§ Requirement:
As the answer, set down the lines below from the one containing "v 5.835 0 -22.658" through the one containing "v 6.452 0 -35.708", exactly and inclusively, and no others.

Records from a data source
-------
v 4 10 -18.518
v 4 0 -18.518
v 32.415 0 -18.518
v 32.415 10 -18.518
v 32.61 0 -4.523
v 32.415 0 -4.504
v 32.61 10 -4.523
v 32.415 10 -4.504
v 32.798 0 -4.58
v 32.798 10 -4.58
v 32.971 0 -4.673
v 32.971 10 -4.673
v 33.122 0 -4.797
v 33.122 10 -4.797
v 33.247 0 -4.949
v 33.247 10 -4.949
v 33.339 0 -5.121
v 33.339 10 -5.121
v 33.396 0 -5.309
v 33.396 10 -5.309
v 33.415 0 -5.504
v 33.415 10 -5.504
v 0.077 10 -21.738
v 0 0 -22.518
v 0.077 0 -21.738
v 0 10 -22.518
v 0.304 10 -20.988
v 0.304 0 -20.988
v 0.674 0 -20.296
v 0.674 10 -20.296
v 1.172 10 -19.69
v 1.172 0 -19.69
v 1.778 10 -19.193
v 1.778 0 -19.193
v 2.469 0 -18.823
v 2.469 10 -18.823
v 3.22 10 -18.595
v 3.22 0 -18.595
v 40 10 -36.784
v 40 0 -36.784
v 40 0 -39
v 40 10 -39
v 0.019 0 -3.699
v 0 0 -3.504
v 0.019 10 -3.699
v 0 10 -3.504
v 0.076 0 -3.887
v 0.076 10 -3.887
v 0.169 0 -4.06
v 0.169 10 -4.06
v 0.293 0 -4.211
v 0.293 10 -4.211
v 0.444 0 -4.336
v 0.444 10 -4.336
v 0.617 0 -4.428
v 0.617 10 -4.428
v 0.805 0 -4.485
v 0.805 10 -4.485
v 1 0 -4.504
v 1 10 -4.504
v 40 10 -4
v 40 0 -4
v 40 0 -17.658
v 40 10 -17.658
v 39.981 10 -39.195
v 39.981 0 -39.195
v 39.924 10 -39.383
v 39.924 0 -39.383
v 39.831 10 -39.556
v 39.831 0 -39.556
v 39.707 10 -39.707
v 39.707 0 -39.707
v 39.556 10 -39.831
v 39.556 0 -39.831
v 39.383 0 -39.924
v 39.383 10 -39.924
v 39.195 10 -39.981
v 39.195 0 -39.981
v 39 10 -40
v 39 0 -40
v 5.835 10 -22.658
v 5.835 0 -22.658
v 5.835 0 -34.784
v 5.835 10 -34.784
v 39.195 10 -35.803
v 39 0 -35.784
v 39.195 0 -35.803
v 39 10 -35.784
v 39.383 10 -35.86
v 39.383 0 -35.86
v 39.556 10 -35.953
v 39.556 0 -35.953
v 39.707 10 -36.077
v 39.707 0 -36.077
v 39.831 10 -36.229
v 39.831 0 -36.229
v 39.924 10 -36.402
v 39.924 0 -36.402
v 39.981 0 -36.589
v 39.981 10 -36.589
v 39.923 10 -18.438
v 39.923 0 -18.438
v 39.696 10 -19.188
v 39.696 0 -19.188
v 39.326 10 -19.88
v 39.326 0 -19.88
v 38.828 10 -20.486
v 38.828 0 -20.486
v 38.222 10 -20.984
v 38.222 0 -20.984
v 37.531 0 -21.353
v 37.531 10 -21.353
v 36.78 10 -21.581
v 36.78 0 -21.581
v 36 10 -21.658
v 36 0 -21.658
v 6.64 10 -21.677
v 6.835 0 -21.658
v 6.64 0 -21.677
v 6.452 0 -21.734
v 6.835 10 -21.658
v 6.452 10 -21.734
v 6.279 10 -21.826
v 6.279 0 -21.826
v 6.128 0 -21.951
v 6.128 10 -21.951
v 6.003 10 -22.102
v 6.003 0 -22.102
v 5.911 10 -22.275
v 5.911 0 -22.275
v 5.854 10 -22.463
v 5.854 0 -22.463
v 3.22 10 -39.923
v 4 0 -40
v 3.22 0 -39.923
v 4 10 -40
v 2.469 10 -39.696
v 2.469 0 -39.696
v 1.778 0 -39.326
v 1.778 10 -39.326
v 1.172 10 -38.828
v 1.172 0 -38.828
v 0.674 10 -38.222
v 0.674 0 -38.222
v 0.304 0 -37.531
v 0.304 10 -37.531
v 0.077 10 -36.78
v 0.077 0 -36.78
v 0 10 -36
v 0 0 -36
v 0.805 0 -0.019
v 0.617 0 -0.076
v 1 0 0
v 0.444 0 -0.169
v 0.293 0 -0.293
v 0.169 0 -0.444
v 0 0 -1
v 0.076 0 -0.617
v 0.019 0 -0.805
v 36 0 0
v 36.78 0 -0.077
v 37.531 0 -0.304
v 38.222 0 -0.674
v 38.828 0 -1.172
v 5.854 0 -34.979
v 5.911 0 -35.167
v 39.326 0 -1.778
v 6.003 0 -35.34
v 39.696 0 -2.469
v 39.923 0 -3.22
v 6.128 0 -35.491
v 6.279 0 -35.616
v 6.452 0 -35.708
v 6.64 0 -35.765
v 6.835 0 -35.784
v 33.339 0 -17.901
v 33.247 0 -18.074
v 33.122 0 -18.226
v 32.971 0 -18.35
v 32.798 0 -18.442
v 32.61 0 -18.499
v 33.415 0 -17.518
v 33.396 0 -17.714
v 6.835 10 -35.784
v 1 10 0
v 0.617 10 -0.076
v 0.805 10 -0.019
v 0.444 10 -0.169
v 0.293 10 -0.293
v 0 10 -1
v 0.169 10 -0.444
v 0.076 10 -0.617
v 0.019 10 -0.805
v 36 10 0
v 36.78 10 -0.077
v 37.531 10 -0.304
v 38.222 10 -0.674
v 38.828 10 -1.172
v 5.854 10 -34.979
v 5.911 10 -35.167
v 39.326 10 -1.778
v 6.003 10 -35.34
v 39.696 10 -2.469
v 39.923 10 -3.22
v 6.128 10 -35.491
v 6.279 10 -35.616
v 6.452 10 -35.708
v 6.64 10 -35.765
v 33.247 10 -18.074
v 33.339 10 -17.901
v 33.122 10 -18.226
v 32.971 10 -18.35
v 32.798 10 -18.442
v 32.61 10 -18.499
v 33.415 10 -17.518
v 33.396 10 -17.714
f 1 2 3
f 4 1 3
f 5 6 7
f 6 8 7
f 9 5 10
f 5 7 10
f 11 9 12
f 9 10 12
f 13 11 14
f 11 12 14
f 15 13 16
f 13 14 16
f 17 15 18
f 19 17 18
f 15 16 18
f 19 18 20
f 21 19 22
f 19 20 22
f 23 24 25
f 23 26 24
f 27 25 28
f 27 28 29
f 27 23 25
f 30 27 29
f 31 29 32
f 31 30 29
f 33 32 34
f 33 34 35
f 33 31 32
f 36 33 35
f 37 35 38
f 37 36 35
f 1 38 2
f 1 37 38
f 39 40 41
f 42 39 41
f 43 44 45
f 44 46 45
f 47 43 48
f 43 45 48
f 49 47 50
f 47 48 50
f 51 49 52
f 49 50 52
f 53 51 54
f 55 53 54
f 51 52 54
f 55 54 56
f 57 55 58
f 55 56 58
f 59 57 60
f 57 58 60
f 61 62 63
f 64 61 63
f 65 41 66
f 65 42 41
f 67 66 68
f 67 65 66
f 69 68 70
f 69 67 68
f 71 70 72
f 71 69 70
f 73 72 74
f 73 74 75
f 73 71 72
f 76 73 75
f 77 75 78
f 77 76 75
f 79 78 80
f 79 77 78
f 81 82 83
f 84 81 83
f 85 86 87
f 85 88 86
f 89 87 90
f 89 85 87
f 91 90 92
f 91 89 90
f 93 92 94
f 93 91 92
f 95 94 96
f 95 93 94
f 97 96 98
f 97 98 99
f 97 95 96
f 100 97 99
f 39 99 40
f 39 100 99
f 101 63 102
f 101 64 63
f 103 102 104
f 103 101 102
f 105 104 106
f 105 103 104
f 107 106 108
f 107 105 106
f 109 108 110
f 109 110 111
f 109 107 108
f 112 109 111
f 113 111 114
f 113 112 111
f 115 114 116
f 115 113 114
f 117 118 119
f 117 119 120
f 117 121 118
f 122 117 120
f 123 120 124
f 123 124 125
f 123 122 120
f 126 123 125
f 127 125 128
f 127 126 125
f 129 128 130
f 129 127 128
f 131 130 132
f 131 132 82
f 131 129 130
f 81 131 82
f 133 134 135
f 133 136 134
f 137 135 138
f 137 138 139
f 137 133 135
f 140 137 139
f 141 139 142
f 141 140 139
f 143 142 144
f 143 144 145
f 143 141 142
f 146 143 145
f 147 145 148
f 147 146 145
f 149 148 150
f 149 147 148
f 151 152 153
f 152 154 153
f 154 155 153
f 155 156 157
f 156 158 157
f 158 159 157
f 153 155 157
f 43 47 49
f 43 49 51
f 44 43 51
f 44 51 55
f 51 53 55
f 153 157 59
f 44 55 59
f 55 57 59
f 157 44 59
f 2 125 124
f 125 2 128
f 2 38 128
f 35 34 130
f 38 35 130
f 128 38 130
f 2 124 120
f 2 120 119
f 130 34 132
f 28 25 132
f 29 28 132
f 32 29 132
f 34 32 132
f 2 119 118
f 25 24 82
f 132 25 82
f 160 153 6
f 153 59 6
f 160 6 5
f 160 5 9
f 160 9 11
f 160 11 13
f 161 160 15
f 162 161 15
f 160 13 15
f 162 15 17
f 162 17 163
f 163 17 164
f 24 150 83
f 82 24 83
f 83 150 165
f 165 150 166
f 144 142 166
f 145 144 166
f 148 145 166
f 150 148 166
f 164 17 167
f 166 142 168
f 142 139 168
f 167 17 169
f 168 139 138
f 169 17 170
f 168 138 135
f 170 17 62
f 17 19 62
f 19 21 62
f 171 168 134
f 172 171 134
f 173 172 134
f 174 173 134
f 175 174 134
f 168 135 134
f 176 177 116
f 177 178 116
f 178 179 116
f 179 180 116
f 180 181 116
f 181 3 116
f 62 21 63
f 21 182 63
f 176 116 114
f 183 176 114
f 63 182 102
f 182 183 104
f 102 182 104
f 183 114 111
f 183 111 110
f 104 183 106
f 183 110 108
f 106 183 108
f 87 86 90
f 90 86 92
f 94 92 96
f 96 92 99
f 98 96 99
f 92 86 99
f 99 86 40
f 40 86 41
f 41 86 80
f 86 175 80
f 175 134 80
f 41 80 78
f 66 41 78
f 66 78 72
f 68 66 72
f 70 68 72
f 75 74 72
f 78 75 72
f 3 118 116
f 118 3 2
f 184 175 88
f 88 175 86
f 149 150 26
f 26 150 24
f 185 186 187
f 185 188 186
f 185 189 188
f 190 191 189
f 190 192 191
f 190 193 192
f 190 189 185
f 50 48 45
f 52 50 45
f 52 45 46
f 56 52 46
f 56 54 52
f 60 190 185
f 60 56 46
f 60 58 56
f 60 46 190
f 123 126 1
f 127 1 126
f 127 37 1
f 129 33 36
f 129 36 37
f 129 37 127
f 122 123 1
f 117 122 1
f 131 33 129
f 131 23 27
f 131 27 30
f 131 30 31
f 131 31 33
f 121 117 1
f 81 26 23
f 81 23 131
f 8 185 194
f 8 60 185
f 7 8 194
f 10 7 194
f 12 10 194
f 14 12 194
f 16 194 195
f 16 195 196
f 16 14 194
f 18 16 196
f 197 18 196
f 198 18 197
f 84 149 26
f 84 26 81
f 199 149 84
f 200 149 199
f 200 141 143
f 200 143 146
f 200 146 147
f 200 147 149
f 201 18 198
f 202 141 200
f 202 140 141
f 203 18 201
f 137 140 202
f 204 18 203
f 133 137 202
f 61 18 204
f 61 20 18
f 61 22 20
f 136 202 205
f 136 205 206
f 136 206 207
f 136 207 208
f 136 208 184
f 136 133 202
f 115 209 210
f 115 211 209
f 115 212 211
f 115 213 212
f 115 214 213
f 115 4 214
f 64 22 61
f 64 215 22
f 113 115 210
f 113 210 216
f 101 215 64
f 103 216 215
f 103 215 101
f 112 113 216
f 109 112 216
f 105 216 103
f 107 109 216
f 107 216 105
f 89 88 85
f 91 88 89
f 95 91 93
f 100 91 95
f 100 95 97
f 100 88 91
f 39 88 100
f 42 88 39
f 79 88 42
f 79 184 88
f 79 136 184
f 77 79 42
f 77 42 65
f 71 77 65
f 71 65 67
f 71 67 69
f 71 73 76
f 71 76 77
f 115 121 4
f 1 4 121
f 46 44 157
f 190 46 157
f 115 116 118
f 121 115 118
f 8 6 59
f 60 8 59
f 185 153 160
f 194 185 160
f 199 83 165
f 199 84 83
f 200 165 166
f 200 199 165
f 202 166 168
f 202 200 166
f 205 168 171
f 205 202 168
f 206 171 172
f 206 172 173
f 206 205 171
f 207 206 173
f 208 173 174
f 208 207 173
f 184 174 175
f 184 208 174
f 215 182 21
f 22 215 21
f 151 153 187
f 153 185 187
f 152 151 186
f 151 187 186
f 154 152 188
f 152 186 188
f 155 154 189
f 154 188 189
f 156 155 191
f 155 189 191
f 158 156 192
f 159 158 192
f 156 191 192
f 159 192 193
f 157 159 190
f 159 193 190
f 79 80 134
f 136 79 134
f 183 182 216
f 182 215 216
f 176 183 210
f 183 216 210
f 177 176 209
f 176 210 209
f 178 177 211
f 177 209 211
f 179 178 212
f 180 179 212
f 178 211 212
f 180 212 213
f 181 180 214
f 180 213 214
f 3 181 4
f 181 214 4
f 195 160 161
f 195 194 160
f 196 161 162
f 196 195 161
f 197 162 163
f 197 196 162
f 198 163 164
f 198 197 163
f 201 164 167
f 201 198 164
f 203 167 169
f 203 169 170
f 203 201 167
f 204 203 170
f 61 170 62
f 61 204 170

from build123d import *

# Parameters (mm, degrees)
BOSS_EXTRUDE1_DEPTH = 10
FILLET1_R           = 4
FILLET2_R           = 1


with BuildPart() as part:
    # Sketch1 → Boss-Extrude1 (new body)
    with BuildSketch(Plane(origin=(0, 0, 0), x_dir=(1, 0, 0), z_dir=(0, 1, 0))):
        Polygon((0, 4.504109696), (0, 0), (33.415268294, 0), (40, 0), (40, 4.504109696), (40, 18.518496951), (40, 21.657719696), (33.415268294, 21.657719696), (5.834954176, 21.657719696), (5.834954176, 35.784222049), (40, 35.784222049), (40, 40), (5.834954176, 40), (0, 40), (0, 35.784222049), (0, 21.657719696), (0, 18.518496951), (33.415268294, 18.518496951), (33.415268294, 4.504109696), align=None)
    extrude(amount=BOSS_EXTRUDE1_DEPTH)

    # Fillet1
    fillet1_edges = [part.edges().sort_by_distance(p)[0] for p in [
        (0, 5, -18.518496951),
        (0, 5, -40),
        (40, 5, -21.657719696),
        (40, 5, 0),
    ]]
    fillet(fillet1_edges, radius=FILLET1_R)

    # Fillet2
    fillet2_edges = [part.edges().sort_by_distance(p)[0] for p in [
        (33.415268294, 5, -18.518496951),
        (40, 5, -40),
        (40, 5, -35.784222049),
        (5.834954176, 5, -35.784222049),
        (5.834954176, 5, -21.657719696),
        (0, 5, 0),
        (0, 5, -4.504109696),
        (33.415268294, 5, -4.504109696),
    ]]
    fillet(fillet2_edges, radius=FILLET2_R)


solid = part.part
-------
§ Your solution:
v 5.835 0 -22.658
v 5.835 0 -34.784
v 5.835 10 -34.784
v 39.195 10 -35.803
v 39 0 -35.784
v 39.195 0 -35.803
v 39 10 -35.784
v 39.383 10 -35.86
v 39.383 0 -35.86
v 39.556 10 -35.953
v 39.556 0 -35.953
v 39.707 10 -36.077
v 39.707 0 -36.077
v 39.831 10 -36.229
v 39.831 0 -36.229
v 39.924 10 -36.402
v 39.924 0 -36.402
v 39.981 0 -36.589
v 39.981 10 -36.589
v 39.923 10 -18.438
v 39.923 0 -18.438
v 39.696 10 -19.188
v 39.696 0 -19.188
v 39.326 10 -19.88
v 39.326 0 -19.88
v 38.828 10 -20.486
v 38.828 0 -20.486
v 38.222 10 -20.984
v 38.222 0 -20.984
v 37.531 0 -21.353
v 37.531 10 -21.353
v 36.78 10 -21.581
v 36.78 0 -21.581
v 36 10 -21.658
v 36 0 -21.658
v 6.64 10 -21.677
v 6.835 0 -21.658
v 6.64 0 -21.677
v 6.452 0 -21.734
v 6.835 10 -21.658
v 6.452 10 -21.734
v 6.279 10 -21.826
v 6.279 0 -21.826
v 6.128 0 -21.951
v 6.128 10 -21.951
v 6.003 10 -22.102
v 6.003 0 -22.102
v 5.911 10 -22.275
v 5.911 0 -22.275
v 5.854 10 -22.463
v 5.854 0 -22.463
v 3.22 10 -39.923
v 4 0 -40
v 3.22 0 -39.923
v 4 10 -40
v 2.469 10 -39.696
v 2.469 0 -39.696
v 1.778 0 -39.326
v 1.778 10 -39.326
v 1.172 10 -38.828
v 1.172 0 -38.828
v 0.674 10 -38.222
v 0.674 0 -38.222
v 0.304 0 -37.531
v 0.304 10 -37.531
v 0.077 10 -36.78
v 0.077 0 -36.78
v 0 10 -36
v 0 0 -36
v 0.805 0 -0.019
v 0.617 0 -0.076
v 1 0 0
v 0.444 0 -0.169
v 0.293 0 -0.293
v 0.169 0 -0.444
v 0 0 -1
v 0.076 0 -0.617
v 0.019 0 -0.805
v 36 0 0
v 36.78 0 -0.077
v 37.531 0 -0.304
v 38.222 0 -0.674
v 38.828 0 -1.172
v 5.854 0 -34.979
v 5.911 0 -35.167
v 39.326 0 -1.778
v 6.003 0 -35.34
v 39.696 0 -2.469
v 39.923 0 -3.22
v 6.128 0 -35.491
v 6.279 0 -35.616
v 6.452 0 -35.708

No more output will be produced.